- Record set
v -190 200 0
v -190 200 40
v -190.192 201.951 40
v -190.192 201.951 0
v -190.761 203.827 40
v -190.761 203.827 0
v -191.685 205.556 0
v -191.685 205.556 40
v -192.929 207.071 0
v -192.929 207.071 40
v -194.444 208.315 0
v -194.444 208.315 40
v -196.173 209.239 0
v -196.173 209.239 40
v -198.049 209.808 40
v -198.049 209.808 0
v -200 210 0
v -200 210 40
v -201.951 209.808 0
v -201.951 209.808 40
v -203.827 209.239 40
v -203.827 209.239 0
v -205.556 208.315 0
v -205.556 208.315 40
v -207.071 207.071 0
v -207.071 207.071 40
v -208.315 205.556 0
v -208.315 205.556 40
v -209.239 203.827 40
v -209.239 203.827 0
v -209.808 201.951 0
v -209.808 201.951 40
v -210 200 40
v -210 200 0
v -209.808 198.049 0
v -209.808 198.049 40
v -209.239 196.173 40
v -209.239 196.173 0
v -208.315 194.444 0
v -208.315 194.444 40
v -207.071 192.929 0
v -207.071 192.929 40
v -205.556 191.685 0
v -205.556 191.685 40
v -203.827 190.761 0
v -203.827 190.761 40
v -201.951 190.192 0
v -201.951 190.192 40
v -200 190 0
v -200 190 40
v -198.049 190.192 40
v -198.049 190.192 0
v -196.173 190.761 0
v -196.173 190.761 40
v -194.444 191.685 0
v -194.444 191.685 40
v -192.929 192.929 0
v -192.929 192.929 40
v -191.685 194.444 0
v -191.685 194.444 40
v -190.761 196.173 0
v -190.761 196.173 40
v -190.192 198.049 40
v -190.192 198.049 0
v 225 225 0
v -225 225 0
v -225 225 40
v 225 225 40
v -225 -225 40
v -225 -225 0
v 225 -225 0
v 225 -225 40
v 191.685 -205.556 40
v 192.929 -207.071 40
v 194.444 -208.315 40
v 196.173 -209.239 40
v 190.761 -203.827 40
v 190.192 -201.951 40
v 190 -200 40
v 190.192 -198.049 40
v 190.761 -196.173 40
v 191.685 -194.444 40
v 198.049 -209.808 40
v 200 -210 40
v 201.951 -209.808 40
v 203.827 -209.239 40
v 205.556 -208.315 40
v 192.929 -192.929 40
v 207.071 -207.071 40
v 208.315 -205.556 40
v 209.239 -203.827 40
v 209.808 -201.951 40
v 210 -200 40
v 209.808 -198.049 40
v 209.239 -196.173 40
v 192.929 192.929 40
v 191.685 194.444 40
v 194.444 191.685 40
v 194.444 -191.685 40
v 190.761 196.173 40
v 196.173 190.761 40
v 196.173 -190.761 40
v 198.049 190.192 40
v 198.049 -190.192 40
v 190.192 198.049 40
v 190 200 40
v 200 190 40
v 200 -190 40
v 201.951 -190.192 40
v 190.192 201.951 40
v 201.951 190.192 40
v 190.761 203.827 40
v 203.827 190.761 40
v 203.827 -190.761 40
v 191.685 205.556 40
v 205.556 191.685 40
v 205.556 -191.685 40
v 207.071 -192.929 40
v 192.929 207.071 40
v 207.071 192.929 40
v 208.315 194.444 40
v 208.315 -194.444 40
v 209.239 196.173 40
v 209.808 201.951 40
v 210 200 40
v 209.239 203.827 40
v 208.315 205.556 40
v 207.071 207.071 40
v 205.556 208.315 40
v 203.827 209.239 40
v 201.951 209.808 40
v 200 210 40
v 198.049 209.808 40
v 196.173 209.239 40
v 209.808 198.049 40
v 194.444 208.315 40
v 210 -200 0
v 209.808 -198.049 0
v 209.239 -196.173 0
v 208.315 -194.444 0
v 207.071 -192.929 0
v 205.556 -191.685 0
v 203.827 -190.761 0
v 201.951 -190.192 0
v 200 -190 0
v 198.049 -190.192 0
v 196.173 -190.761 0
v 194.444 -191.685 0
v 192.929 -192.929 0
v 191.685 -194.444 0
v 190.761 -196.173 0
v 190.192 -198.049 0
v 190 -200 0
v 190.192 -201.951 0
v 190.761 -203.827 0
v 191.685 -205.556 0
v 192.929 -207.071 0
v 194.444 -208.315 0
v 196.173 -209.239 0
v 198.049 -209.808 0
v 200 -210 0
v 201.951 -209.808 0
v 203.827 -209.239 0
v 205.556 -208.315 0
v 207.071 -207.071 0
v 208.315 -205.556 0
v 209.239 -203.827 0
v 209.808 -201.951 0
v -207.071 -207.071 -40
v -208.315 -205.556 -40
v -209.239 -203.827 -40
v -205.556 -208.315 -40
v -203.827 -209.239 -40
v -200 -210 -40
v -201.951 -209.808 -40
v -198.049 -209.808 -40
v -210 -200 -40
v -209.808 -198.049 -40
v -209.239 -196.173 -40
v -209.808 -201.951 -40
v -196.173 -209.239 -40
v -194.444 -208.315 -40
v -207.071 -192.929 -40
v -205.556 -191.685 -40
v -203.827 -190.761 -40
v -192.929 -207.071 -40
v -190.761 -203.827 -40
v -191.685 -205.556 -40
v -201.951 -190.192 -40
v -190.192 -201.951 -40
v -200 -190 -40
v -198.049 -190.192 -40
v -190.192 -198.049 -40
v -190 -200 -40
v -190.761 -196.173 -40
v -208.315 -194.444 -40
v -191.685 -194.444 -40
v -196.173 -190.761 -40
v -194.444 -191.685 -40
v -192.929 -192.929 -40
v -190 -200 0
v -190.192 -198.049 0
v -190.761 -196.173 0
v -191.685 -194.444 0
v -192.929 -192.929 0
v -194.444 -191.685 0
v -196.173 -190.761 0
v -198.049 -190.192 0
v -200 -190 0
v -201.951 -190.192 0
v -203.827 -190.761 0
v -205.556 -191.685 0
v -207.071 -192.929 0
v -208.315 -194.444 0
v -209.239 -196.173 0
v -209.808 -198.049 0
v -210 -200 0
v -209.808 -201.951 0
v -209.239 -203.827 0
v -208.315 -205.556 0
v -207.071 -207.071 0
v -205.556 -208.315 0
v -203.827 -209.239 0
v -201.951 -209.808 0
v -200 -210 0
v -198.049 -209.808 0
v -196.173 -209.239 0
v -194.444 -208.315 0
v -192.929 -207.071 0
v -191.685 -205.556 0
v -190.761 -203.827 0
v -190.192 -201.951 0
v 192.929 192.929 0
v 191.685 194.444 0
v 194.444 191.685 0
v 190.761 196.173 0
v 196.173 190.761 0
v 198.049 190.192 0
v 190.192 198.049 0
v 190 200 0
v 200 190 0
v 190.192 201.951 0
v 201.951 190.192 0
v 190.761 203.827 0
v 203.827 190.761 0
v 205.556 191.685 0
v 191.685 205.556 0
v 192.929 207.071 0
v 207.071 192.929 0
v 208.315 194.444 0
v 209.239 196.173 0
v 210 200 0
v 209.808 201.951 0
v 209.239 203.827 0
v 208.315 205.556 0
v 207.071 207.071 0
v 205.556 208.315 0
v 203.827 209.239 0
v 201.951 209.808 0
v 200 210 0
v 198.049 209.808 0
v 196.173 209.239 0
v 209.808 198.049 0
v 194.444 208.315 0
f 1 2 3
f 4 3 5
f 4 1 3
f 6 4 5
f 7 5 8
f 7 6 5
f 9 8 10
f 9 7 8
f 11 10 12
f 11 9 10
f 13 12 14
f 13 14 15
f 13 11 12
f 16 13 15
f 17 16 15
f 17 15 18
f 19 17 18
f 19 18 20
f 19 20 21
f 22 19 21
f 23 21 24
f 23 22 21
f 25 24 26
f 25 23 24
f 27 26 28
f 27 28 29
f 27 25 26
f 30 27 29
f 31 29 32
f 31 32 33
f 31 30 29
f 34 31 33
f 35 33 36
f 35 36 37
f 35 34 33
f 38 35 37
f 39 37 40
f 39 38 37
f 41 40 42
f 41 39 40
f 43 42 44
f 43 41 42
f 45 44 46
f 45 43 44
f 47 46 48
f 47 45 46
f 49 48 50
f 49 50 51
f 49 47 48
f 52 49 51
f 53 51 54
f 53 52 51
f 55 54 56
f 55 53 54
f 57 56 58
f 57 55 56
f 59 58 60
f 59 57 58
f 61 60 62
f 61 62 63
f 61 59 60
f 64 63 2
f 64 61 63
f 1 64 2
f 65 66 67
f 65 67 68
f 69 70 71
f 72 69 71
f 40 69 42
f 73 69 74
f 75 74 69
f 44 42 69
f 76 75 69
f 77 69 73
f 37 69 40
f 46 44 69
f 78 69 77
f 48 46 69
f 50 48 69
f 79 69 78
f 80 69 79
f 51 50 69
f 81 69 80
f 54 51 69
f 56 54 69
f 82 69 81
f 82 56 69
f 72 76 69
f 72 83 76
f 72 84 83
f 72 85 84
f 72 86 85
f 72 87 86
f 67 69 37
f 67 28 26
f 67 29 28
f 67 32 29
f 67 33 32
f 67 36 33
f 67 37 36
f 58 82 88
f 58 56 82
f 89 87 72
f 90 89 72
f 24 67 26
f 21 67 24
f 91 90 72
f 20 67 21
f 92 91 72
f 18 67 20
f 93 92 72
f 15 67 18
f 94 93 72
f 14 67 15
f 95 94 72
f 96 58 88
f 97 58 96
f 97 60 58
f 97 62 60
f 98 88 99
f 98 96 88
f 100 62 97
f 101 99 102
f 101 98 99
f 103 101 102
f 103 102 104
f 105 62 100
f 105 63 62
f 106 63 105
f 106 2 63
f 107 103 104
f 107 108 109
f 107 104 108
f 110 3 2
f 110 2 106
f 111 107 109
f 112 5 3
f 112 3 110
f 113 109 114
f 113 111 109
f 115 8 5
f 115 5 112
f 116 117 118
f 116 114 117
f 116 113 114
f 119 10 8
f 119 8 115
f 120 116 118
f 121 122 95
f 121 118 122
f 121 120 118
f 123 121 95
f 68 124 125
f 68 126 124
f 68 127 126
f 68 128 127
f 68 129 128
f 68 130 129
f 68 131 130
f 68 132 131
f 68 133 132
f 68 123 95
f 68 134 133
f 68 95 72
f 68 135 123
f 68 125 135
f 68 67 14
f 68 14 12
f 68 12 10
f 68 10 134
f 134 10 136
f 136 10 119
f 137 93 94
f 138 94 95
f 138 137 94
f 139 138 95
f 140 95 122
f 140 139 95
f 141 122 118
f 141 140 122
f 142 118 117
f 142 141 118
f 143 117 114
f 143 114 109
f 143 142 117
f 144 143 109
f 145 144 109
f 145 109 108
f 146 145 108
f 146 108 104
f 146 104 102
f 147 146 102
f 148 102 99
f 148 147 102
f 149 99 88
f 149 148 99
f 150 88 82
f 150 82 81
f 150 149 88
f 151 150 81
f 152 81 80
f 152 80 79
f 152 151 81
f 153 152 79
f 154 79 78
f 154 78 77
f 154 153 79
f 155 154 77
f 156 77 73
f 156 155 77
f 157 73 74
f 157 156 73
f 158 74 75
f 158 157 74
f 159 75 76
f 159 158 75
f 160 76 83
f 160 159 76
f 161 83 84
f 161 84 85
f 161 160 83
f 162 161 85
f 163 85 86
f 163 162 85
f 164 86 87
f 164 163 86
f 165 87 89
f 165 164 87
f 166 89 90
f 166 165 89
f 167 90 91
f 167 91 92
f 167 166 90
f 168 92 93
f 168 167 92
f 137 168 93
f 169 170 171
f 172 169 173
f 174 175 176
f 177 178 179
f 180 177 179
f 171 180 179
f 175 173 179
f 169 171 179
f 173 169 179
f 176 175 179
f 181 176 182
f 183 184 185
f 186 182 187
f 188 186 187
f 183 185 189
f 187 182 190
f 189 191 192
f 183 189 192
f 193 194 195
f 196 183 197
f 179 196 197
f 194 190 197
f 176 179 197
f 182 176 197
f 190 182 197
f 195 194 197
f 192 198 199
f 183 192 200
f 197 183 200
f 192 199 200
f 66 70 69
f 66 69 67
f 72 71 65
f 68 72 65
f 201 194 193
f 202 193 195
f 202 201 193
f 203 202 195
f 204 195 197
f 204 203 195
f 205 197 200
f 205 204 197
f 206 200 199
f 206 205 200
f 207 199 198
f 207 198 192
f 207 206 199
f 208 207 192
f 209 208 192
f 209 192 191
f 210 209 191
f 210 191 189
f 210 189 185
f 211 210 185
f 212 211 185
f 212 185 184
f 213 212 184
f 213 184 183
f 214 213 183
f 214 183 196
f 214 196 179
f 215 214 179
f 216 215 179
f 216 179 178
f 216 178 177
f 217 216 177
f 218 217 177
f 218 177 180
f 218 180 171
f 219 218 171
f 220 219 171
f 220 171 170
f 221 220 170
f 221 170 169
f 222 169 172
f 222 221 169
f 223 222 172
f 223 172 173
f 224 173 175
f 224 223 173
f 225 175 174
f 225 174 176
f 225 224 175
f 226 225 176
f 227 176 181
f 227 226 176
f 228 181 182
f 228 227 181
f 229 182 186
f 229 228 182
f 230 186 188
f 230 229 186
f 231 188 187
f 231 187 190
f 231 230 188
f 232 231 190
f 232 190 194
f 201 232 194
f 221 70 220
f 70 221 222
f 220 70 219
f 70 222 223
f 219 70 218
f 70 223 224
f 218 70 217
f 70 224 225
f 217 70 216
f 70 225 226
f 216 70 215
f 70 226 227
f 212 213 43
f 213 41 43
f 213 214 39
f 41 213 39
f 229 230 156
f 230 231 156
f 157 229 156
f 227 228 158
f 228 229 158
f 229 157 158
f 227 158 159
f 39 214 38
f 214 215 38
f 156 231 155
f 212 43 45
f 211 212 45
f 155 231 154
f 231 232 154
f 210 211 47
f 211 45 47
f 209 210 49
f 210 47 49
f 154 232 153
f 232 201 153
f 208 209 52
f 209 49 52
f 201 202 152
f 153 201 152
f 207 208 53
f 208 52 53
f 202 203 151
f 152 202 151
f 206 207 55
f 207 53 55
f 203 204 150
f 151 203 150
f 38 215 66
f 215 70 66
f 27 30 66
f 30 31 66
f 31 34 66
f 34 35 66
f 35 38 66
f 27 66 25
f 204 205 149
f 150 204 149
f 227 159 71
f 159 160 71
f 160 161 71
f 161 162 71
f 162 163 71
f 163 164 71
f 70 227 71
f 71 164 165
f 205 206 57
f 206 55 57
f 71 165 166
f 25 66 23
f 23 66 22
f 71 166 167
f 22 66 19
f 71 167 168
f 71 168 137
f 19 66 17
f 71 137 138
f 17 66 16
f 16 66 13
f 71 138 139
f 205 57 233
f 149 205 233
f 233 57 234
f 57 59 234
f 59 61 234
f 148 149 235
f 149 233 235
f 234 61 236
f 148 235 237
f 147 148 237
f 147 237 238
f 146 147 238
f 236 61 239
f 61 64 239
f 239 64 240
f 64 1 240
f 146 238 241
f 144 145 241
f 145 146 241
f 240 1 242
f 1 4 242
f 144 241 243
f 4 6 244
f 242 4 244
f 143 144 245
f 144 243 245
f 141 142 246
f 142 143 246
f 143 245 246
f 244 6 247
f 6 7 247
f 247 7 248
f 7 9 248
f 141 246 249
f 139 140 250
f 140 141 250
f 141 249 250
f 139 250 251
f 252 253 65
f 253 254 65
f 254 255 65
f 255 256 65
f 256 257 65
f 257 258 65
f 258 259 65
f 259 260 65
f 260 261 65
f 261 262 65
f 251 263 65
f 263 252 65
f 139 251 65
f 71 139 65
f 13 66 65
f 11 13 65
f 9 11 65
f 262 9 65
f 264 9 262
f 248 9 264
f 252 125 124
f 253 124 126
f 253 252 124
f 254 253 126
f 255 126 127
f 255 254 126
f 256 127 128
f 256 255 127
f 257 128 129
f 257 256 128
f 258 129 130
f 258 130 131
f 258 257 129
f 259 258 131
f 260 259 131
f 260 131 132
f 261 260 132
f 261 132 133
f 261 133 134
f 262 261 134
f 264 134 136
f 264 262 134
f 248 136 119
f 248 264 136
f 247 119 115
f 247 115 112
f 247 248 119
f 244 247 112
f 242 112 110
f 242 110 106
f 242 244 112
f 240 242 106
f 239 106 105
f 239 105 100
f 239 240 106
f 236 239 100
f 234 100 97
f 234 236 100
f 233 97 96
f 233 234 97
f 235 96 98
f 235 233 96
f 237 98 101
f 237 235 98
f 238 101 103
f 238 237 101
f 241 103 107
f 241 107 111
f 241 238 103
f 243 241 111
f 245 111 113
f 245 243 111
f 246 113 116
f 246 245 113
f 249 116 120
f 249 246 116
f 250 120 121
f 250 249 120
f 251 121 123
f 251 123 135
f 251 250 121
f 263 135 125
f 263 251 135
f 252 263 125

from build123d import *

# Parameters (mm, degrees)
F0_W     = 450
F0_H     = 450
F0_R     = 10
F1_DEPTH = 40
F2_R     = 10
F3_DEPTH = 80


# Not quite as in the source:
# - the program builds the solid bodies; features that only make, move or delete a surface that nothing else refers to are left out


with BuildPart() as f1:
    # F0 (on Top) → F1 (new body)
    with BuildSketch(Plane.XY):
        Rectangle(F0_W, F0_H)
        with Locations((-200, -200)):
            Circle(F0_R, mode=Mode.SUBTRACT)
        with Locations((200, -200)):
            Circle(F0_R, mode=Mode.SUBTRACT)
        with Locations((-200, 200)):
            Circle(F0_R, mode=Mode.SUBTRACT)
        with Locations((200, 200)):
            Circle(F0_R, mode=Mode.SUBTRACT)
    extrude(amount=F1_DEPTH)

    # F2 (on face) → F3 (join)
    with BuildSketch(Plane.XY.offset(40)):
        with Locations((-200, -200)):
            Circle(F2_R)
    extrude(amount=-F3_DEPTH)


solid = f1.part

- Exercise requirements
Print, from the entries above, the line with "v -194.444 -191.685 -40", the line with "v 192.929 192.929 0" and all lines between them, exactly and with nothing else.

- Output below
v -194.444 -191.685 -40
v -192.929 -192.929 -40
v -190 -200 0
v -190.192 -198.049 0
v -190.761 -196.173 0
v -191.685 -194.444 0
v -192.929 -192.929 0
v -194.444 -191.685 0
v -196.173 -190.761 0
v -198.049 -190.192 0
v -200 -190 0
v -201.951 -190.192 0
v -203.827 -190.761 0
v -205.556 -191.685 0
v -207.071 -192.929 0
v -208.315 -194.444 0
v -209.239 -196.173 0
v -209.808 -198.049 0
v -210 -200 0
v -209.808 -201.951 0
v -209.239 -203.827 0
v -208.315 -205.556 0
v -207.071 -207.071 0
v -205.556 -208.315 0
v -203.827 -209.239 0
v -201.951 -209.808 0
v -200 -210 0
v -198.049 -209.808 0
v -196.173 -209.239 0
v -194.444 -208.315 0
v -192.929 -207.071 0
v -191.685 -205.556 0
v -190.761 -203.827 0
v -190.192 -201.951 0
v 192.929 192.929 0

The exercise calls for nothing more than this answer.